#### [Directions for this task]
Below this line is the material. Write out only its lines from the one containing "solid = part.part" through the one containing "A parametric FreeCAD", both kept, exactly.

#### [Records for this exercise]

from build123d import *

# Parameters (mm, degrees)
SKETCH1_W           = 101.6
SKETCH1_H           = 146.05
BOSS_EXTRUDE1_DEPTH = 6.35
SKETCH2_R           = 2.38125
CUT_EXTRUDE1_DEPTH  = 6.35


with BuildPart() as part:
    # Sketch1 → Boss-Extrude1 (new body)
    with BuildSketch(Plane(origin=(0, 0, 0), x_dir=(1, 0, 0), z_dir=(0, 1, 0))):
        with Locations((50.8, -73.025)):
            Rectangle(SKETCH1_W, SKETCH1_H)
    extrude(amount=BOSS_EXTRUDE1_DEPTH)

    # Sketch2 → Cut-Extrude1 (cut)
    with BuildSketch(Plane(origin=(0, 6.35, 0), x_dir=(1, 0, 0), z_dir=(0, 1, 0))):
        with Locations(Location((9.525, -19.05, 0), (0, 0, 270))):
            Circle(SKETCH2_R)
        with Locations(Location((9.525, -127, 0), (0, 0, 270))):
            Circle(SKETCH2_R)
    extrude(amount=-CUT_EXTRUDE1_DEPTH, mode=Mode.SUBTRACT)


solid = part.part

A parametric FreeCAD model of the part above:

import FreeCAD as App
import Part
import Sketcher
from FreeCAD import Vector
Q = App.Units.Quantity


def add_polygon(sketch, points):
    """Adds a closed chain of lines whose ends are joined by coincident constraints."""
    first, n = sketch.GeometryCount, len(points)
    for a, b in zip(points, points[1:] + points[:1]):
        sketch.addGeometry(Part.LineSegment(App.Vector(*a, 0), App.Vector(*b, 0)), False)
    for i in range(n):
        sketch.addConstraint(Sketcher.Constraint("Coincident", first + i, 2, first + (i + 1) % n, 1))

doc = App.newDocument("Part")
params = doc.addObject("Spreadsheet::Sheet", "Params")
for row, (alias, value) in enumerate([
    ("sketch1_width", "4 in"),
    ("sketch1_height", "5.75 in"),
    ("pad1_length", "0.25 in"),
    ("sketch2_diameter", "0.1875 in"),
    ("pocket1_length", "0.25 in"),
], start=1):
    params.set(f"A{row}", alias)
    params.set(f"B{row}", "=" + value)
    params.setAlias(f"B{row}", alias)

body = doc.addObject("PartDesign::Body", "Body")

sketch1 = doc.addObject("Sketcher::SketchObject", "Sketch")
body.addObject(sketch1)
sketch1.AttachmentSupport = (doc.XZ_Plane, [""])
sketch1.MapMode = "FlatFace"
add_polygon(sketch1, [(0, 0), (0, 146), (102, 146), (102, 0)])
sketch1.addConstraint(Sketcher.Constraint("Vertical", 0))
sketch1.addConstraint(Sketcher.Constraint("Horizontal", 1))
sketch1.addConstraint(Sketcher.Constraint("Vertical", 2))
sketch1.addConstraint(Sketcher.Constraint("Horizontal", 3))
sketch1.addConstraint(Sketcher.Constraint("Coincident", 3, 2, -1, 1))
sketch1.addConstraint(Sketcher.Constraint("DistanceX", 1, 1, 1, 2, Q("4 in")))
sketch1.addConstraint(Sketcher.Constraint("DistanceY", 0, 1, 0, 2, Q("5.75 in")))
sketch1.setExpression("Constraints[9]", "Params.sketch1_width")
sketch1.setExpression("Constraints[10]", "Params.sketch1_height")
pad1 = doc.addObject("PartDesign::Pad", "Pad")
body.addObject(pad1)
pad1.Profile = sketch1
pad1.setExpression("Length", "Params.pad1_length")
pad1.Reversed = True

sketch2 = doc.addObject("Sketcher::SketchObject", "Sketch001")
body.addObject(sketch2)
sketch2.AttachmentSupport = (doc.XZ_Plane, [""])
sketch2.MapMode = "FlatFace"
sketch2.AttachmentOffset = App.Placement(Vector(0, 0, -0.25 * 25.4), App.Rotation())
sketch2.addGeometry(Part.Circle(Vector(9.5, 19.1, 0), Vector(0, 0, 1), 2.4), False)
sketch2.addGeometry(Part.Circle(Vector(9.5, 127, 0), Vector(0, 0, 1), 2.4), False)
sketch2.addConstraint(Sketcher.Constraint("Equal", 0, 1))
sketch2.addConstraint(Sketcher.Constraint("Vertical", 0, 3, 1, 3))
sketch2.addConstraint(Sketcher.Constraint("Diameter", 0, Q("0.1875 in")))
sketch2.addConstraint(Sketcher.Constraint("DistanceY", -1, 1, 1, 3, Q("5 in")))
sketch2.addConstraint(Sketcher.Constraint("DistanceY", -1, 1, 0, 3, Q("0.75 in")))
sketch2.addConstraint(Sketcher.Constraint("DistanceX", -1, 1, 0, 3, Q("0.375 in")))
sketch2.setExpression("Constraints[2]", "Params.sketch2_diameter")
pocket1 = doc.addObject("PartDesign::Pocket", "Pocket")
body.addObject(pocket1)
pocket1.Profile = sketch2
pocket1.setExpression("Length", "Params.pocket1_length")
pocket1.Reversed = True

doc.recompute()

#### [Solution to this task]
solid = part.part

A parametric FreeCAD model of the part above:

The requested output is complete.